=== Section Start ===

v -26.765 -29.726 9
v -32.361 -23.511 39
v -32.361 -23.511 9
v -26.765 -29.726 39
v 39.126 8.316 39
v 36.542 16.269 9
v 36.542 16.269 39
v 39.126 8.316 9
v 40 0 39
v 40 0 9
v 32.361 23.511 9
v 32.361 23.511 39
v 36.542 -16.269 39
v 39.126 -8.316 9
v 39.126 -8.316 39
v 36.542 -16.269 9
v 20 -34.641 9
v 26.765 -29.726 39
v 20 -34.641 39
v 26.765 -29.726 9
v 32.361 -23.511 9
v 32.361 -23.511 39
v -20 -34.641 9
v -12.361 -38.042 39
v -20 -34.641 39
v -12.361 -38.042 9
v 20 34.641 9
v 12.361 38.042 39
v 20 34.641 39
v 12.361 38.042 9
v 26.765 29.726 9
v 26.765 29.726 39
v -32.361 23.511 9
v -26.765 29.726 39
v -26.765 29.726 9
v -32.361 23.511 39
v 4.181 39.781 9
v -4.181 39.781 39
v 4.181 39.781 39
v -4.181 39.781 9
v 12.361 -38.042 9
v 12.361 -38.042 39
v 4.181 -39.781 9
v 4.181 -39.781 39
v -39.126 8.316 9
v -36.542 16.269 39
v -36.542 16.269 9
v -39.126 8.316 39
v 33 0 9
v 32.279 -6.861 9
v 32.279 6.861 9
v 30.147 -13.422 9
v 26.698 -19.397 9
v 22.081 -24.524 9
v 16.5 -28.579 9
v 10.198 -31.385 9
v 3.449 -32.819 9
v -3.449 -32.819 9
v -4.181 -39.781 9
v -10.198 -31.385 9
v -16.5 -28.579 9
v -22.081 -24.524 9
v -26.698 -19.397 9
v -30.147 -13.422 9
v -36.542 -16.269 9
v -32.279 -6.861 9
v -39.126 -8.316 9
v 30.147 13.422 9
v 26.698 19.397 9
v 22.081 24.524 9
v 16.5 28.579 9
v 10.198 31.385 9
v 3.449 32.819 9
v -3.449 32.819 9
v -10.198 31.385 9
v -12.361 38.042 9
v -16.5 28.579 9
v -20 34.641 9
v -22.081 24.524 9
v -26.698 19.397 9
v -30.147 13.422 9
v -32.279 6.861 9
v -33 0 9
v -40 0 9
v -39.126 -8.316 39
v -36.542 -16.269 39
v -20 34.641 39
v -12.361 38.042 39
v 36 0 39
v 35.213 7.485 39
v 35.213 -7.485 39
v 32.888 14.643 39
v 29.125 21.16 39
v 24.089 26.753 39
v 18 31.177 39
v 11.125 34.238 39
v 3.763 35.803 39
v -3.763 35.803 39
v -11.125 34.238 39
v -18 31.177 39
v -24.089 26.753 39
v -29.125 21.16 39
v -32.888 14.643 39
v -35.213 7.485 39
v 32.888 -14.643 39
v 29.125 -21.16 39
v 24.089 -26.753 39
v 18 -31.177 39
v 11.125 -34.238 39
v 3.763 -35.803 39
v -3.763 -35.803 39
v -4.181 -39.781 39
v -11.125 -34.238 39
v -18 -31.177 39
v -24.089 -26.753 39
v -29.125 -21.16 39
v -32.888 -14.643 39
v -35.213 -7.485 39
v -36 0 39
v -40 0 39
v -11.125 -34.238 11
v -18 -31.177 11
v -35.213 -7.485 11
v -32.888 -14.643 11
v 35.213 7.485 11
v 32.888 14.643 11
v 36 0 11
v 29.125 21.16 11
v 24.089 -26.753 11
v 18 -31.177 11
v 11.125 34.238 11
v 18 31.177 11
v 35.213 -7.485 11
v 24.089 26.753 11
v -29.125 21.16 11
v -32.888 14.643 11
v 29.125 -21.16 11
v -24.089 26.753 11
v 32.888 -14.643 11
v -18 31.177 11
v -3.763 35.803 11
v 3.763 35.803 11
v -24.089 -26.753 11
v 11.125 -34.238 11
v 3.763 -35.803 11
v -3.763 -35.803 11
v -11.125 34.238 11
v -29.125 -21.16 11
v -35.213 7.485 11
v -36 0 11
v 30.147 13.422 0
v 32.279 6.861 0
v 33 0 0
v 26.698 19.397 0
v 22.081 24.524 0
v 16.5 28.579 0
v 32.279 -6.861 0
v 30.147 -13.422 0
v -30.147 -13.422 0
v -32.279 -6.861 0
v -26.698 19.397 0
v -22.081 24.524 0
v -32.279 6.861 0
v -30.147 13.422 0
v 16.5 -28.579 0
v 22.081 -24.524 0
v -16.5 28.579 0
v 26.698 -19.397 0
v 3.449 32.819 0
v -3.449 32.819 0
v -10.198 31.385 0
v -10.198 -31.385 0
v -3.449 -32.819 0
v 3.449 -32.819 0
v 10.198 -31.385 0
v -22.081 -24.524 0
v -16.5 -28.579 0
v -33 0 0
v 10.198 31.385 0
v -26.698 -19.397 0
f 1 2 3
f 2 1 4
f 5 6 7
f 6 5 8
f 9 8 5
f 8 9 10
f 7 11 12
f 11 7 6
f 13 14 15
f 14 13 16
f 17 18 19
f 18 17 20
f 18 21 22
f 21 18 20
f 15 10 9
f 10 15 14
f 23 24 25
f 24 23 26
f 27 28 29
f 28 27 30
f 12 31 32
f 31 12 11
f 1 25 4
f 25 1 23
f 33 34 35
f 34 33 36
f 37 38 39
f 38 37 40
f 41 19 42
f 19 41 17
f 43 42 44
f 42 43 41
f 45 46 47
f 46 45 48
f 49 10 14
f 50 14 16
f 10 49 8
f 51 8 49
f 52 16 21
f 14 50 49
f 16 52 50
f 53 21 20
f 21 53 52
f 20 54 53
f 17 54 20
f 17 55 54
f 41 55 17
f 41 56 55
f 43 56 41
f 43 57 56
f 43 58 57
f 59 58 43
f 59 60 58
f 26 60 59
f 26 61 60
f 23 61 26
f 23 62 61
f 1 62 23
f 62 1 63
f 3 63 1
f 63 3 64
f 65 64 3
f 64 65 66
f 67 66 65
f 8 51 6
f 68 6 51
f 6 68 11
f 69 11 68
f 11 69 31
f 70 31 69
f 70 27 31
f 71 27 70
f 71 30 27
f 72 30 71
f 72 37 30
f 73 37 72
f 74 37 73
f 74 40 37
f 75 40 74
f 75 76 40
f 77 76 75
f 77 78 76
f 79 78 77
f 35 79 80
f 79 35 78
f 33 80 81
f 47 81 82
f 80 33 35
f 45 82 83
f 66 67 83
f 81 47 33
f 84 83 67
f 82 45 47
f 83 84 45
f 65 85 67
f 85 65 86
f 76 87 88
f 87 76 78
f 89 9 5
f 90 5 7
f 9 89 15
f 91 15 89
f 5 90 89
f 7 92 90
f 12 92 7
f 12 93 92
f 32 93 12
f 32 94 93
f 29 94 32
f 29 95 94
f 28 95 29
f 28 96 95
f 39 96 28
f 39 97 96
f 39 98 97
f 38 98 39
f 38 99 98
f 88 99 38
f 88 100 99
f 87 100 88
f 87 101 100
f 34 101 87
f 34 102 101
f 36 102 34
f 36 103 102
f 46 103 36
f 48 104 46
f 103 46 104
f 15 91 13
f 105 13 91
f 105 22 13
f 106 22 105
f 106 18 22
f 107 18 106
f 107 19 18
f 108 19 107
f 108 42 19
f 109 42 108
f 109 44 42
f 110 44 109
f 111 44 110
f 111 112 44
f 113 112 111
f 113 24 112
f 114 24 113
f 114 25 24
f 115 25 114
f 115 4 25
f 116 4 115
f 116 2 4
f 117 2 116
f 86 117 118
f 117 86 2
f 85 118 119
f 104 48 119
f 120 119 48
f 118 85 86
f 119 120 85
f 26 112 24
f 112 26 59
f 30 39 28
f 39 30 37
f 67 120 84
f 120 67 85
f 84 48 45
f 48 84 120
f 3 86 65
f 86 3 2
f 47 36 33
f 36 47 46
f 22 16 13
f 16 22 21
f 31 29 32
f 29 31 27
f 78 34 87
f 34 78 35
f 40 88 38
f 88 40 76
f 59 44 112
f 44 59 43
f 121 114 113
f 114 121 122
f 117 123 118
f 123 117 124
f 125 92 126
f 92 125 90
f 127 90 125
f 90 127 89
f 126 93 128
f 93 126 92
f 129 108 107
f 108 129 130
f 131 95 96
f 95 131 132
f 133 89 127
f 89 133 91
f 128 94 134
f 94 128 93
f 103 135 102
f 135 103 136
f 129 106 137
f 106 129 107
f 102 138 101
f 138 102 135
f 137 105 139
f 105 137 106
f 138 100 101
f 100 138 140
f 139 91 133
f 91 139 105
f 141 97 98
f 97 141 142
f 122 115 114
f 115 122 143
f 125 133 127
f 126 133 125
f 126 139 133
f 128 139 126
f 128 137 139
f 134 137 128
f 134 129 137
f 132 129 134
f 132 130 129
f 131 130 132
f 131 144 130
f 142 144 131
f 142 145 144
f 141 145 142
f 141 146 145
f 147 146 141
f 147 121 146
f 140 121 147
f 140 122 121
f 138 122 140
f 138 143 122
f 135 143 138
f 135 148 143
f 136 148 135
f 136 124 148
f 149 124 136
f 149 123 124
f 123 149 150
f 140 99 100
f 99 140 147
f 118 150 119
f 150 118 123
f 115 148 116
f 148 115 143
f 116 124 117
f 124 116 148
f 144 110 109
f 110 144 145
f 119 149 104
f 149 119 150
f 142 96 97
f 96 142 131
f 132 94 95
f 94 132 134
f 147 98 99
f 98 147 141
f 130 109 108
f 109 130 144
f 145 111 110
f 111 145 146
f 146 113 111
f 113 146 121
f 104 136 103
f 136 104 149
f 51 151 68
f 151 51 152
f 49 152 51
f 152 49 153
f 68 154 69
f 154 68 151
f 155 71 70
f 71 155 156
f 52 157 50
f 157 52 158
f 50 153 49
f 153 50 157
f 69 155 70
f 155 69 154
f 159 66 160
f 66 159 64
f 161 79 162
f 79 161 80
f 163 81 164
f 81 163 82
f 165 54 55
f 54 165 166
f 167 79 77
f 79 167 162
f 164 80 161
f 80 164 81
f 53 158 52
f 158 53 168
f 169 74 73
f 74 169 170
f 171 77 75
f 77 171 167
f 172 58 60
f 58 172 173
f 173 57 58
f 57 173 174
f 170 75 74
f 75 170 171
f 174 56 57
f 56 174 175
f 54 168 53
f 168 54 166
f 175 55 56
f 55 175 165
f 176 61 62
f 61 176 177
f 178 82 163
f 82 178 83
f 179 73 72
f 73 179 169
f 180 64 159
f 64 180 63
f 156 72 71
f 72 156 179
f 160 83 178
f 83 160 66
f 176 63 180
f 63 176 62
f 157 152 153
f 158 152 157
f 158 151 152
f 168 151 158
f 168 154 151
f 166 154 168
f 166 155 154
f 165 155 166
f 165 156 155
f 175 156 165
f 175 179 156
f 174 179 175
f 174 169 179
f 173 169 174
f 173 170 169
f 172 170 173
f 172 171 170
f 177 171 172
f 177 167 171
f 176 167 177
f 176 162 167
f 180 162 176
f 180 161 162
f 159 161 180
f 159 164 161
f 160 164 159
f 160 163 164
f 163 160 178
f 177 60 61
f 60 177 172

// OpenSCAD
h_klein=10;
h_gross=30;
d_klein=66;
d_gross=80;
d_becher=72;



cylinder(h_klein,d=d_klein,true);

translate([0,0,h_klein-1])
 difference()
 {
  cylinder(h_gross,d=d_gross,true);
 translate([0,0,h_klein -8])
 cylinder(h_gross+5,d=d_becher,true);
}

=== Section End ===

**Exercise directions**
Could you restate word for word the lines above from the one containing "v 3.763 35.803 39" through the one containing "v -29.125 -21.16 39", both included, and nothing else?

**Exercise output**
v 3.763 35.803 39
v -3.763 35.803 39
v -11.125 34.238 39
v -18 31.177 39
v -24.089 26.753 39
v -29.125 21.16 39
v -32.888 14.643 39
v -35.213 7.485 39
v 32.888 -14.643 39
v 29.125 -21.16 39
v 24.089 -26.753 39
v 18 -31.177 39
v 11.125 -34.238 39
v 3.763 -35.803 39
v -3.763 -35.803 39
v -4.181 -39.781 39
v -11.125 -34.238 39
v -18 -31.177 39
v -24.089 -26.753 39
v -29.125 -21.16 39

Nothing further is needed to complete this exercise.